Amasó durante 20 años su asedio poético al jabón, iniciado en 1942. En 1967 publica El jabón (en castellano, Pre-Textos, 1977). Como en toda su obra, hay ahí una modestia conmovedora, una agradable discreción en la zona parda entre poema y prosa llana. Uno de sus mejores textos lo dedicó al vaso de agua (¿habrá leído a Gorostiza?), “Le verre d’eau”, poema incluido en un volumen excepcional de ensayos: Methódes (Gallimard, 1961).
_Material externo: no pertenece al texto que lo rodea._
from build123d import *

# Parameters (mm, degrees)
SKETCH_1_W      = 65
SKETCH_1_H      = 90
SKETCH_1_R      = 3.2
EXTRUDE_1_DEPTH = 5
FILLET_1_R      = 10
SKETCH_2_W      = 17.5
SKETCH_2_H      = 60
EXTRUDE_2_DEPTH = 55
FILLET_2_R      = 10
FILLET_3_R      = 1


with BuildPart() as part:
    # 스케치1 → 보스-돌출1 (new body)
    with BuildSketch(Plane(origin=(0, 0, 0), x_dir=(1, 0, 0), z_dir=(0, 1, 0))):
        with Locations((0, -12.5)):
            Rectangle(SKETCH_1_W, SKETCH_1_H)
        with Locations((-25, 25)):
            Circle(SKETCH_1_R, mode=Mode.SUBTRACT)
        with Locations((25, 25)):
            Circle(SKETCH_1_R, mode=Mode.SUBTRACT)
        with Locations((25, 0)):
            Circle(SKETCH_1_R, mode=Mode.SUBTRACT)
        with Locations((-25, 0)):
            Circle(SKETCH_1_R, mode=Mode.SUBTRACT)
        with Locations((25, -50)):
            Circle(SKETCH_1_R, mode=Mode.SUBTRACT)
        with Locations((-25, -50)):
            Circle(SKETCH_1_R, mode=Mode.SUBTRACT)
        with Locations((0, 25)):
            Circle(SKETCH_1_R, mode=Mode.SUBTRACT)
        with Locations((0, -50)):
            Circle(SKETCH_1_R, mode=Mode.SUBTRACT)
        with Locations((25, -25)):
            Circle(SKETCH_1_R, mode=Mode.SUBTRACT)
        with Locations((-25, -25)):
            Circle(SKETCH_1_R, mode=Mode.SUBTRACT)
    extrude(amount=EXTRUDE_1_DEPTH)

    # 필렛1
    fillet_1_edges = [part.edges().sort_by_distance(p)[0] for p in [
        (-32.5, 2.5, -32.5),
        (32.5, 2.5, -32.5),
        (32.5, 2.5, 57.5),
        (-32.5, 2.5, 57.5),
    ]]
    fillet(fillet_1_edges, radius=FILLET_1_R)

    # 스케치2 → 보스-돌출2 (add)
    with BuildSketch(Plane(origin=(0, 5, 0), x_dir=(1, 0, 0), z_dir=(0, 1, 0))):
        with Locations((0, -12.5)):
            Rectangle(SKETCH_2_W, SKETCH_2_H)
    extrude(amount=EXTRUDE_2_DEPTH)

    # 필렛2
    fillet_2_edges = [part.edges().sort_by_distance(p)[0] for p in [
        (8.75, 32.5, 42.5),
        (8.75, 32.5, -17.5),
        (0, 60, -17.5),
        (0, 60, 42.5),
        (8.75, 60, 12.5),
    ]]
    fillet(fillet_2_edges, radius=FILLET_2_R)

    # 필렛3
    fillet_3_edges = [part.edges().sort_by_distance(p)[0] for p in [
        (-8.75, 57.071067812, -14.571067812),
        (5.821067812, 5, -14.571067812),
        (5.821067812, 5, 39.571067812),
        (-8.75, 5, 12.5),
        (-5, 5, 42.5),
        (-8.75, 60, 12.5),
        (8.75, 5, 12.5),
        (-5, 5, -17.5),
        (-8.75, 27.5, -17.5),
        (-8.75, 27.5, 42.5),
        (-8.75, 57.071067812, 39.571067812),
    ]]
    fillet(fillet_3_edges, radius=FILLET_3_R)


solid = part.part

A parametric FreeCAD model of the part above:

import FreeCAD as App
import Part
import Sketcher

V = App.Vector
Q = App.Units.Quantity


def edges_at(feature, points):
    """Names of the edges that pass closest to the given points."""
    edges = feature.Shape.Edges
    near = lambda p: min(range(len(edges)), key=lambda i: edges[i].distToShape(Part.Vertex(*p))[0])
    return sorted({f"Edge{near(p) + 1}" for p in points})


def add_polygon(sketch, points):
    """Adds a closed chain of lines whose ends are joined by coincident constraints."""
    first, n = sketch.GeometryCount, len(points)
    for a, b in zip(points, points[1:] + points[:1]):
        sketch.addGeometry(Part.LineSegment(App.Vector(*a, 0), App.Vector(*b, 0)), False)
    for i in range(n):
        sketch.addConstraint(Sketcher.Constraint("Coincident", first + i, 2, first + (i + 1) % n, 1))

doc = App.newDocument("Part")
body = doc.addObject("PartDesign::Body", "Body")

# Sketch on XZ plane
sketch1 = doc.addObject("Sketcher::SketchObject", "Sketch")
body.addObject(sketch1)
sketch1.AttachmentSupport = (doc.XZ_Plane, [""])
sketch1.MapMode = "FlatFace"
add_polygon(sketch1, [(-32.5, -32.5), (-32.5, 57.5), (32.5, 57.5), (32.5, -32.5)])  # lines 0-3
sketch1.addGeometry(Part.Circle(V(-25, 50, 0), V(0, 0, 1), 3.2), False)  # 4
sketch1.addGeometry(Part.Circle(V(-25, 25, 0), V(0, 0, 1), 3.2), False)  # 5
sketch1.addGeometry(Part.Circle(V(0, 50, 0), V(0, 0, 1), 3.2), False)  # 6
sketch1.addGeometry(Part.Circle(V(25, 50, 0), V(0, 0, 1), 3.2), False)  # 7
sketch1.addGeometry(Part.Circle(V(25, 25, 0), V(0, 0, 1), 3.2), False)  # 8
sketch1.addGeometry(Part.Circle(V(-25, 0, 0), V(0, 0, 1), 3.2), False)  # 9
sketch1.addGeometry(Part.Circle(V(-25, -25, 0), V(0, 0, 1), 3.2), False)  # 10
sketch1.addGeometry(Part.Circle(V(25, 0, 0), V(0, 0, 1), 3.2), False)  # 11
sketch1.addGeometry(Part.Circle(V(0, -25, 0), V(0, 0, 1), 3.2), False)  # 12
sketch1.addGeometry(Part.Circle(V(25, -25, 0), V(0, 0, 1), 3.2), False)  # 13
sketch1.addConstraint([
    Sketcher.Constraint("Vertical", 0),
    Sketcher.Constraint("Horizontal", 1),
    Sketcher.Constraint("Vertical", 2),
    Sketcher.Constraint("Horizontal", 3),
    Sketcher.Constraint("Equal", 4, 5),
    Sketcher.Constraint("Equal", 5, 6),
    Sketcher.Constraint("Equal", 6, 7),
    Sketcher.Constraint("Equal", 7, 8),
    Sketcher.Constraint("Equal", 8, 9),
    Sketcher.Constraint("Equal", 9, 10),
    Sketcher.Constraint("Equal", 10, 11),
    Sketcher.Constraint("Equal", 11, 12),
    Sketcher.Constraint("Equal", 12, 13),
    Sketcher.Constraint("Symmetric", 8, 3, 10, 3, -1, 1),
    Sketcher.Constraint("Symmetric", 9, 3, 11, 3, -1, 1),
    Sketcher.Constraint("Symmetric", 5, 3, 13, 3, -1, 1),
    Sketcher.Constraint("Symmetric", 4, 3, 7, 3, -2),
    Sketcher.Constraint("Symmetric", 5, 3, 8, 3, -2),
    Sketcher.Constraint("PointOnObject", 6, 3, -2),
    Sketcher.Constraint("PointOnObject", 9, 3, -1),
    Sketcher.Constraint("PointOnObject", 12, 3, -2),
    Sketcher.Constraint("Horizontal", 4, 3, 6, 3),
    Sketcher.Constraint("Horizontal", 10, 3, 12, 3),
    Sketcher.Constraint("Vertical", 4, 3, 5, 3),
    Sketcher.Constraint("Vertical", 5, 3, 9, 3),
    Sketcher.Constraint("Diameter", 4, Q("6.4 mm")),
    Sketcher.Constraint("DistanceX", 1, 1, 1, 2, Q("65 mm")),
    Sketcher.Constraint("DistanceY", 0, 1, 0, 2, Q("90 mm")),
    Sketcher.Constraint("DistanceX", 4, 3, -1, 1, Q("25 mm")),
    Sketcher.Constraint("DistanceY", -1, 1, 4, 3, Q("50 mm")),
    Sketcher.Constraint("DistanceY", -1, 1, 5, 3, Q("25 mm")),
    Sketcher.Constraint("DistanceX", 0, 2, -1, 1, Q("32.5 mm")),
    Sketcher.Constraint("DistanceY", -1, 1, 0, 2, Q("57.5 mm")),
])
pad1 = doc.addObject("PartDesign::Pad", "Pad")
body.addObject(pad1)
pad1.Profile = sketch1
pad1.Length = 5
pad1.Reversed = True
doc.recompute()

fillet = doc.addObject("PartDesign::Fillet", "Fillet")
body.addObject(fillet)
fillet.Base = (pad1, edges_at(pad1, [
    (-32.5, 2.5, -32.5),
    (32.5, 2.5, -32.5),
    (32.5, 2.5, 57.5),
    (-32.5, 2.5, 57.5),
]))
fillet.Radius = 10

# Sketch on XZ plane
sketch2 = doc.addObject("Sketcher::SketchObject", "Sketch001")
body.addObject(sketch2)
sketch2.AttachmentSupport = (doc.XZ_Plane, [""])
sketch2.MapMode = "FlatFace"
sketch2.AttachmentOffset = App.Placement(V(0, 0, -5), App.Rotation())
add_polygon(sketch2, [(-8.75, -17.5), (-8.75, 42.5), (8.75, 42.5), (8.75, -17.5)])  # lines 0-3
sketch2.addConstraint([
    Sketcher.Constraint("Vertical", 0),
    Sketcher.Constraint("Horizontal", 1),
    Sketcher.Constraint("Vertical", 2),
    Sketcher.Constraint("Horizontal", 3),
    Sketcher.Constraint("DistanceY", 0, 1, 0, 2, Q("60 mm")),
    Sketcher.Constraint("DistanceX", 1, 1, 1, 2, Q("17.5 mm")),
    Sketcher.Constraint("DistanceY", -1, 1, 0, 2, Q("42.5 mm")),
    Sketcher.Constraint("DistanceX", 0, 2, -1, 1, Q("8.75 mm")),
])
pad2 = doc.addObject("PartDesign::Pad", "Pad001")
body.addObject(pad2)
pad2.Profile = sketch2
pad2.Length = 55
pad2.Reversed = True
doc.recompute()

fillet2 = doc.addObject("PartDesign::Fillet", "Fillet001")
body.addObject(fillet2)
fillet2.Base = (pad2, edges_at(pad2, [
    (8.75, 32.5, 42.5),
    (8.75, 32.5, -17.5),
    (0, 60, -17.5),
    (0, 60, 42.5),
    (8.75, 60, 12.5),
]))
fillet2.Radius = 10
doc.recompute()

fillet3 = doc.addObject("PartDesign::Fillet", "Fillet002")
body.addObject(fillet3)
fillet3.Base = (fillet2, edges_at(fillet2, [
    (-8.75, 57.071, -14.571),
    (5.821, 5, -14.571),
    (5.821, 5, 39.571),
    (-8.75, 5, 12.5),
    (-5, 5, 42.5),
    (-8.75, 60, 12.5),
    (8.75, 5, 12.5),
    (-5, 5, -17.5),
    (-8.75, 27.5, -17.5),
    (-8.75, 27.5, 42.5),
    (-8.75, 57.071, 39.571),
]))
fillet3.Radius = 1

doc.recompute()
Fue comunista hasta que el estalinismo reveló su verdadero rostro. Esa sensibilidad materialista hace directa y democrática su digresión sobre el jabón. Enaltece al agua en abundancia, al acto de frotarse las manos (al grado de mostrar aprecio por Poncio Pilatos, que no suele ser héroe de nadie). “No hay nada en la naturaleza comparable al jabón. Ninguna piedra es más modesta y más magnífica”, escribe en 1943, cuando es refugiado de guerra y lleva una existencia precaria. Con los nazis encima, “estábamos cruelmente, inconcebiblemente, absurdamente privados del jabón (como estábamos al mismo tiempo de varias cosas esenciales: pan, carbón, patatas)”, recuerda en 1946 al recapitular “en busca del Jabón Perdido”.
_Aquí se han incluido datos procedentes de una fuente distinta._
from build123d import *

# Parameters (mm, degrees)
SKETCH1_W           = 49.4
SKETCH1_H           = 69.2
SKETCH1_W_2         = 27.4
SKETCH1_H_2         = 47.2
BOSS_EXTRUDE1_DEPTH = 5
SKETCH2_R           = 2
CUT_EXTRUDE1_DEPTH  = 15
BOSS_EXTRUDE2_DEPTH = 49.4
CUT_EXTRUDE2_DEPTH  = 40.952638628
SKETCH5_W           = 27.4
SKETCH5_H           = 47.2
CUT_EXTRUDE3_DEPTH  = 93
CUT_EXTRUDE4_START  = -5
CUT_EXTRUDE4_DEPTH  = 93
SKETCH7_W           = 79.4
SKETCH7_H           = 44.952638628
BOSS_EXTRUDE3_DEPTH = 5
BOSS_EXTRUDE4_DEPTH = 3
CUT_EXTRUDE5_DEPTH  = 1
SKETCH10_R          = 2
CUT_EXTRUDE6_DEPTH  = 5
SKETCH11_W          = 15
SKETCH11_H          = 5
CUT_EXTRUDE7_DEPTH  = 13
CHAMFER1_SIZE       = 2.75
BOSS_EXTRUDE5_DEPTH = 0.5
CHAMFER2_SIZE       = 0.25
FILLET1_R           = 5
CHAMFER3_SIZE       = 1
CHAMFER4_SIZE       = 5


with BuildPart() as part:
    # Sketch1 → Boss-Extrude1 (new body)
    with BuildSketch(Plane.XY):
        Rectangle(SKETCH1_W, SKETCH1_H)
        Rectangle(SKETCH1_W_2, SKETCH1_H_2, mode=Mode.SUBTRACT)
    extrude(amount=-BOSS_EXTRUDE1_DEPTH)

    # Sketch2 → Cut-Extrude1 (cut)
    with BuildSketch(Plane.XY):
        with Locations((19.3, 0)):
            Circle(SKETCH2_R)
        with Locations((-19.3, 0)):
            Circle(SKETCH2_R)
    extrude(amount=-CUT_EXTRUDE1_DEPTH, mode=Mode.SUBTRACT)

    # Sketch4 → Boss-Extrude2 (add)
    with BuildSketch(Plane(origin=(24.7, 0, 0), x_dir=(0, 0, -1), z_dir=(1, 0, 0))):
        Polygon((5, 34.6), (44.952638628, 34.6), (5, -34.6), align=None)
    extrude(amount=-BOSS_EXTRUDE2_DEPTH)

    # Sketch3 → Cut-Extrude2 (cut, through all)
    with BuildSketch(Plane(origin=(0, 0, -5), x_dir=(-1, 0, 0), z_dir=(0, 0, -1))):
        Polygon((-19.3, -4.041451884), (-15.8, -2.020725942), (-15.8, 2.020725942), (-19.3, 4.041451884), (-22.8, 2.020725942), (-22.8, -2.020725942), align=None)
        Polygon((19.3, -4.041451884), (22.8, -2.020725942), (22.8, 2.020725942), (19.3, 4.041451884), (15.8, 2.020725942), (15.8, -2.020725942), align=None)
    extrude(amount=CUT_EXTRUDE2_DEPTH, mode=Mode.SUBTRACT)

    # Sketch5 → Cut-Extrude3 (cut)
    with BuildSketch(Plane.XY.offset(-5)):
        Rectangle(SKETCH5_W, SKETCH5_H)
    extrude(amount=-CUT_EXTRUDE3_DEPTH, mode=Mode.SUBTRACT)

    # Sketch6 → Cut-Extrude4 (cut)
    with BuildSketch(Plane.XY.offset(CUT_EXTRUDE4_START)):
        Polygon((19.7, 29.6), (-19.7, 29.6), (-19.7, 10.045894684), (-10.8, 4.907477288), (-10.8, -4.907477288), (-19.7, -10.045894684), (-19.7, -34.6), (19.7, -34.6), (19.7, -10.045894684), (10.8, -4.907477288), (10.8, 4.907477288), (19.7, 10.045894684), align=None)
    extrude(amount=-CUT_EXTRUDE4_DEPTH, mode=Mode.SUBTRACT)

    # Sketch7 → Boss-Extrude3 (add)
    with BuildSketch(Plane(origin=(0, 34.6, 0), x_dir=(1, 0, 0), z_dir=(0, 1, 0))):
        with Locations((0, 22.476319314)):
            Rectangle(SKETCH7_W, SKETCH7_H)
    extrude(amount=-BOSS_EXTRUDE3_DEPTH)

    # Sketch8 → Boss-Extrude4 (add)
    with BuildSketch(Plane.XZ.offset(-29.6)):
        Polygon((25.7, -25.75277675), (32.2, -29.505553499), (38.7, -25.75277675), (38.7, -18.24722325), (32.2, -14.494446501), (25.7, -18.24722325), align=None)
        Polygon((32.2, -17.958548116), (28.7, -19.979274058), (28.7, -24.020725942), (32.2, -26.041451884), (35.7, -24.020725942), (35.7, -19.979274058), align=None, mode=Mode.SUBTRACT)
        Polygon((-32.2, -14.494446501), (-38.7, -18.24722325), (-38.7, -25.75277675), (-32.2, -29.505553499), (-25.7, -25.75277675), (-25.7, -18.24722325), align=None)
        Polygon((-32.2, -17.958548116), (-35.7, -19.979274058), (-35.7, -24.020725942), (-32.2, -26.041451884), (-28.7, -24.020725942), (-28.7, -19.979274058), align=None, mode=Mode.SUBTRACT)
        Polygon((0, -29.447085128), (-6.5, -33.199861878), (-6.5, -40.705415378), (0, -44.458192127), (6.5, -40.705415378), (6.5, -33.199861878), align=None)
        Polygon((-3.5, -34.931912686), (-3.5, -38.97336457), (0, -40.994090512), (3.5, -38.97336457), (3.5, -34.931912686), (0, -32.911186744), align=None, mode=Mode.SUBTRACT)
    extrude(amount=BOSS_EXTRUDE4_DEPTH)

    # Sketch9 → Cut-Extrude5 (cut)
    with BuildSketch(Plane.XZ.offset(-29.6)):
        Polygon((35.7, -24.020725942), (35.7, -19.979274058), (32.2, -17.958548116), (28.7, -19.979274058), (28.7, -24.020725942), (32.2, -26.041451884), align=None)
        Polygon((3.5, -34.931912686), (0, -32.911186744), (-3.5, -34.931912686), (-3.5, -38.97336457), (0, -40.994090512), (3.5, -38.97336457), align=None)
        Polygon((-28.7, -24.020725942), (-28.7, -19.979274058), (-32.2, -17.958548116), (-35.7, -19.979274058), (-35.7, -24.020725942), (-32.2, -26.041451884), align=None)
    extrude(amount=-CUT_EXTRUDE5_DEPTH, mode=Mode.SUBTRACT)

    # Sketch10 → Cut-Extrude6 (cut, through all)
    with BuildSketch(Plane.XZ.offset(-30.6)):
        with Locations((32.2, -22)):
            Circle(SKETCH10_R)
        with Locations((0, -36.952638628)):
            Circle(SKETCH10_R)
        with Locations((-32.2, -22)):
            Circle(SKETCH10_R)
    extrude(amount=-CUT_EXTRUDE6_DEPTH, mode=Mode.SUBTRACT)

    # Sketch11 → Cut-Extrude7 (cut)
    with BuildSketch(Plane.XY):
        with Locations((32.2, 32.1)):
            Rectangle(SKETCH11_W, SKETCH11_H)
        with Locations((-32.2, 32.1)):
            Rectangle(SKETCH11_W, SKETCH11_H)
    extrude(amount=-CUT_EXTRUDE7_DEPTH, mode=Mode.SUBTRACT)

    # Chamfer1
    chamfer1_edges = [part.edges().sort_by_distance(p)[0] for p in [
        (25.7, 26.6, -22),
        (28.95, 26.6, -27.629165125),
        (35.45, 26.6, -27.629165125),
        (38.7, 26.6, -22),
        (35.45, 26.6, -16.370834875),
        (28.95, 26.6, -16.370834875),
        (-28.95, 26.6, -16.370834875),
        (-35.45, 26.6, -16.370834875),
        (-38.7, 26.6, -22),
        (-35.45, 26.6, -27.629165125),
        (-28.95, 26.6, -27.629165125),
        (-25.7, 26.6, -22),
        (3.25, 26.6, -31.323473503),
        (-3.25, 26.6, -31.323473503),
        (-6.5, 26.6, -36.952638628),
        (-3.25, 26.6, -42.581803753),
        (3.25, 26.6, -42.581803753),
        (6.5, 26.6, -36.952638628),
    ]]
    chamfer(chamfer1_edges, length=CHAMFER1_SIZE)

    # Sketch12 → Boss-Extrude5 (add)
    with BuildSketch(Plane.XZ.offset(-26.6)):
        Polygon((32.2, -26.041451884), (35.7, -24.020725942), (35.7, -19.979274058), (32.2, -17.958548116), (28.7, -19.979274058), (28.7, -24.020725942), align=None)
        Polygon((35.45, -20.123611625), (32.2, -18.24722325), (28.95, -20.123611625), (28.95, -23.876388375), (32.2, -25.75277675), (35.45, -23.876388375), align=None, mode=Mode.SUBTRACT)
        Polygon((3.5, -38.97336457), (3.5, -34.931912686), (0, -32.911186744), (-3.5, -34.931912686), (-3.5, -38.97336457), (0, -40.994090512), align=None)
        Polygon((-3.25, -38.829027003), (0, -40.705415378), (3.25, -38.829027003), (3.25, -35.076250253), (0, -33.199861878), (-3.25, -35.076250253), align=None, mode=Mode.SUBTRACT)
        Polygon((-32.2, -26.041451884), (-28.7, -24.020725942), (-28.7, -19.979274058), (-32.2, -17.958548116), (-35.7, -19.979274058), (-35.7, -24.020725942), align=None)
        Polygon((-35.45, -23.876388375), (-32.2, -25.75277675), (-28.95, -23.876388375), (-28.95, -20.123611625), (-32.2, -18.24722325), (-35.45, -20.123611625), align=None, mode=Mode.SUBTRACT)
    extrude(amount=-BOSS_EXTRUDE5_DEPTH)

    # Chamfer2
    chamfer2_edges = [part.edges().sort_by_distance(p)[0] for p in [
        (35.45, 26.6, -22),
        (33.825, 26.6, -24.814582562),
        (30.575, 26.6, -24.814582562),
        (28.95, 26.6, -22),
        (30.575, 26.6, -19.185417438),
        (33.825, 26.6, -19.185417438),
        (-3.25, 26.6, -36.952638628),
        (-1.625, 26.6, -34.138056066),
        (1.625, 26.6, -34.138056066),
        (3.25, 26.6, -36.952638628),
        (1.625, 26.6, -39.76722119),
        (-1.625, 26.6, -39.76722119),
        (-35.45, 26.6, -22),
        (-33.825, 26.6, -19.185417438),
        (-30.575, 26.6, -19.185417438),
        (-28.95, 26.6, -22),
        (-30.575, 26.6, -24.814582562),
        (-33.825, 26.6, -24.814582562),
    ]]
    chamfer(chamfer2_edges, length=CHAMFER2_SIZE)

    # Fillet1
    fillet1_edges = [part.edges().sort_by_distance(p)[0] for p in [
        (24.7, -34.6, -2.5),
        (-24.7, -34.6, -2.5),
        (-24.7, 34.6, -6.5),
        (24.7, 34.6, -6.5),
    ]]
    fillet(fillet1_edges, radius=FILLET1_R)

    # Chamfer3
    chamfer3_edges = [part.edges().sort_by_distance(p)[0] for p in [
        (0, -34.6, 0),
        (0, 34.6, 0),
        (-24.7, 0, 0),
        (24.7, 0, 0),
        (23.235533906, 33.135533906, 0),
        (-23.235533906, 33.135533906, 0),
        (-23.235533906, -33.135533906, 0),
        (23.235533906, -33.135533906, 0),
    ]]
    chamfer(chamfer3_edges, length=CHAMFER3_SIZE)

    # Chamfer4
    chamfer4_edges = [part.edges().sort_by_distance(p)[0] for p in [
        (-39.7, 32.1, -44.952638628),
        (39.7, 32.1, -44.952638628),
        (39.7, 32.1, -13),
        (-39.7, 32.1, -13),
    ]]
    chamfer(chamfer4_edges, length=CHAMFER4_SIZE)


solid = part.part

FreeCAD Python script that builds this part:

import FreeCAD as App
import Part
import Sketcher

V = App.Vector
Q = App.Units.Quantity


def edges_at(feature, points):
    """Names of the edges that pass closest to the given points."""
    edges = feature.Shape.Edges
    near = lambda p: min(range(len(edges)), key=lambda i: edges[i].distToShape(Part.Vertex(*p))[0])
    return sorted({f"Edge{near(p) + 1}" for p in points})


def add_polygon(sketch, points):
    """Adds a closed chain of lines whose ends are joined by coincident constraints."""
    first, n = sketch.GeometryCount, len(points)
    for a, b in zip(points, points[1:] + points[:1]):
        sketch.addGeometry(Part.LineSegment(App.Vector(*a, 0), App.Vector(*b, 0)), False)
    for i in range(n):
        sketch.addConstraint(Sketcher.Constraint("Coincident", first + i, 2, first + (i + 1) % n, 1))

doc = App.newDocument("Part")
body = doc.addObject("PartDesign::Body", "Body")

# Sketch on XY plane
sketch1 = doc.addObject("Sketcher::SketchObject", "Sketch")
body.addObject(sketch1)
sketch1.AttachmentSupport = (doc.XY_Plane, [""])
sketch1.MapMode = "FlatFace"
add_polygon(sketch1, [(-25, 35), (-25, -35), (25, -35), (25, 35)])  # lines 0-3
add_polygon(sketch1, [(14, -24), (-14, -24), (-14, 24), (14, 24)])  # lines 4-7
sketch1.addConstraint([
    Sketcher.Constraint("Vertical", 0),
    Sketcher.Constraint("Horizontal", 1),
    Sketcher.Constraint("Vertical", 2),
    Sketcher.Constraint("Horizontal", 3),
    Sketcher.Constraint("Horizontal", 4),
    Sketcher.Constraint("Vertical", 5),
    Sketcher.Constraint("Horizontal", 6),
    Sketcher.Constraint("Vertical", 7),
    Sketcher.Constraint("Symmetric", 0, 2, 2, 2, -1, 1),
    Sketcher.Constraint("Symmetric", 4, 2, 6, 2, -1, 1),
    Sketcher.Constraint("DistanceX", 1, 1, 1, 2, 49.4),
    Sketcher.Constraint("DistanceX", 4, 2, 4, 1, 27.4),
    Sketcher.Constraint("DistanceY", 0, 2, 0, 1, 69.2),
    Sketcher.Constraint("DistanceY", 5, 1, 5, 2, 47.2),
])
pad1 = doc.addObject("PartDesign::Pad", "Pad")
body.addObject(pad1)
pad1.Profile = sketch1
pad1.Length = 5
pad1.Reversed = True

# Sketch on XY plane
sketch2 = doc.addObject("Sketcher::SketchObject", "Sketch001")
body.addObject(sketch2)
sketch2.AttachmentSupport = (doc.XY_Plane, [""])
sketch2.MapMode = "FlatFace"
sketch2.addGeometry([
    Part.Circle(V(19.3, 0, 0), V(0, 0, 1), 2),
    Part.Circle(V(-19.3, 0, 0), V(0, 0, 1), 2),
], False)
sketch2.addConstraint([
    Sketcher.Constraint("Equal", 0, 1),
    Sketcher.Constraint("Symmetric", 0, 3, 1, 3, -1, 1),
    Sketcher.Constraint("PointOnObject", 0, 3, -1),
    Sketcher.Constraint("Diameter", 0, 4.0),
    Sketcher.Constraint("DistanceX", -1, 1, 0, 3, 19.3),
])
pocket1 = doc.addObject("PartDesign::Pocket", "Pocket")
body.addObject(pocket1)
pocket1.Profile = sketch2
pocket1.Length = 15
Admira el comportamiento físico del jabón: “Tiende a permanecer homogéneo y sólo entero –en un solo bloque– simplemente se contracta, se contrae, atrae sus partes hacia el centro”. Medita sobre su disolución si queda sumergido en el agua y se entrega a la “confusión”. Celebra las burbujas, cuando “el agua hace espuma al menor gesto, quiere unirse con el aire, trepa al asalto del cielo” y que cumpla su deber “sin grandes aspavientos, vagidos ni fatuidad”. Añade la magia frágil de las pompas.
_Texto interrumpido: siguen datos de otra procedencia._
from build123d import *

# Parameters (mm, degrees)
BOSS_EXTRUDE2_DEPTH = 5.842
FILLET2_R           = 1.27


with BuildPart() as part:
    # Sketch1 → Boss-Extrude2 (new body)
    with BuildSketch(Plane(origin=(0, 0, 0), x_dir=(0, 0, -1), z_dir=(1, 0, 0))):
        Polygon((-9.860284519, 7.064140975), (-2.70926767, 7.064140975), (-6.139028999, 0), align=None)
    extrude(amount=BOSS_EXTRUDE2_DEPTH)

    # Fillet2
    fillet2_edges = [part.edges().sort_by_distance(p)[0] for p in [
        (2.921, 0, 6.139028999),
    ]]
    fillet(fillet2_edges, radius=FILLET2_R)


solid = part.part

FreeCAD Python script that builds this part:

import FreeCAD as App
import Part
import Sketcher

V = App.Vector
Q = App.Units.Quantity


def edges_at(feature, points):
    """Names of the edges that pass closest to the given points."""
    edges = feature.Shape.Edges
    near = lambda p: min(range(len(edges)), key=lambda i: edges[i].distToShape(Part.Vertex(*p))[0])
    return sorted({f"Edge{near(p) + 1}" for p in points})


def add_polygon(sketch, points):
    """Adds a closed chain of lines whose ends are joined by coincident constraints."""
    first, n = sketch.GeometryCount, len(points)
    for a, b in zip(points, points[1:] + points[:1]):
        sketch.addGeometry(Part.LineSegment(App.Vector(*a, 0), App.Vector(*b, 0)), False)
    for i in range(n):
        sketch.addConstraint(Sketcher.Constraint("Coincident", first + i, 2, first + (i + 1) % n, 1))

doc = App.newDocument("Part")
params = doc.addObject("Spreadsheet::Sheet", "Params")
for row, (alias, value) in enumerate([
    ("pad1_length", "0.23 in"),
    ("fillet_radius", "0.05 in"),
], start=1):
    params.set(f"A{row}", alias)
    params.set(f"B{row}", "=" + value)
    params.setAlias(f"B{row}", alias)

body = doc.addObject("PartDesign::Body", "Body")

# Sketch on YZ plane
sketch1 = doc.addObject("Sketcher::SketchObject", "Sketch")
body.addObject(sketch1)
sketch1.AttachmentSupport = (doc.YZ_Plane, [""])
sketch1.MapMode = "FlatFace"
add_polygon(sketch1, [(7.064141, 2.709268), (7.064141, 9.860285), (0, 6.139029)])  # lines 0-2
sketch1.addConstraint(Sketcher.Constraint("Vertical", 0))
sketch1.addConstraint(Sketcher.Constraint("PointOnObject", 1, 2, -2))
sketch1.addConstraint(Sketcher.Constraint("DistanceY", -1, 1, 0, 2, Q("0.3882002 in")))
sketch1.addConstraint(Sketcher.Constraint("Distance", 1, Q("7.984349 mm")))
sketch1.addConstraint(Sketcher.Constraint("Distance", 2, Q("7.852729 mm")))
sketch1.addConstraint(Sketcher.Constraint("DistanceY", 0, 1, 0, 2, Q("7.151017 mm")))
pad1 = doc.addObject("PartDesign::Pad", "Pad")
body.addObject(pad1)
pad1.Profile = sketch1
pad1.setExpression("Length", "Params.pad1_length")
doc.recompute()

fillet = doc.addObject("PartDesign::Fillet", "Fillet")
body.addObject(fillet)
fillet.Base = (pad1, edges_at(pad1, [(2.921, 0, 6.139)]))
fillet.setExpression("Radius", "Params.fillet_radius")

doc.recompute()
Ponge explora desde luego el nombre; del griego pasó al latín como sapo, al francés sapón, al inglés soap. Plinio atribuye su creación a los galos: “Galliarum hoc inventum”, cita. Y todo para culminar en ese acto humano de pasiva sensualidad y recomienzo, vivaz como el aplauso: frotarse las manos, deslizarlas entre sí, abrazarse uno mismo como el seco Pilatos de David Bowie en La última tentación de Cristo (Scorsesse, 1988). Estos días el jabón sirve como barricada contra el mal que nos acecha, al fin vehículo de la proximidad carnal según los versos diidxazá de Francisco de la Cruz en Tí xabú: “Mientras el agua recorre tu cuerpo / yo deslizo el jabón /suave / por tu piel, cabellos… / sin prisa y en silencio”.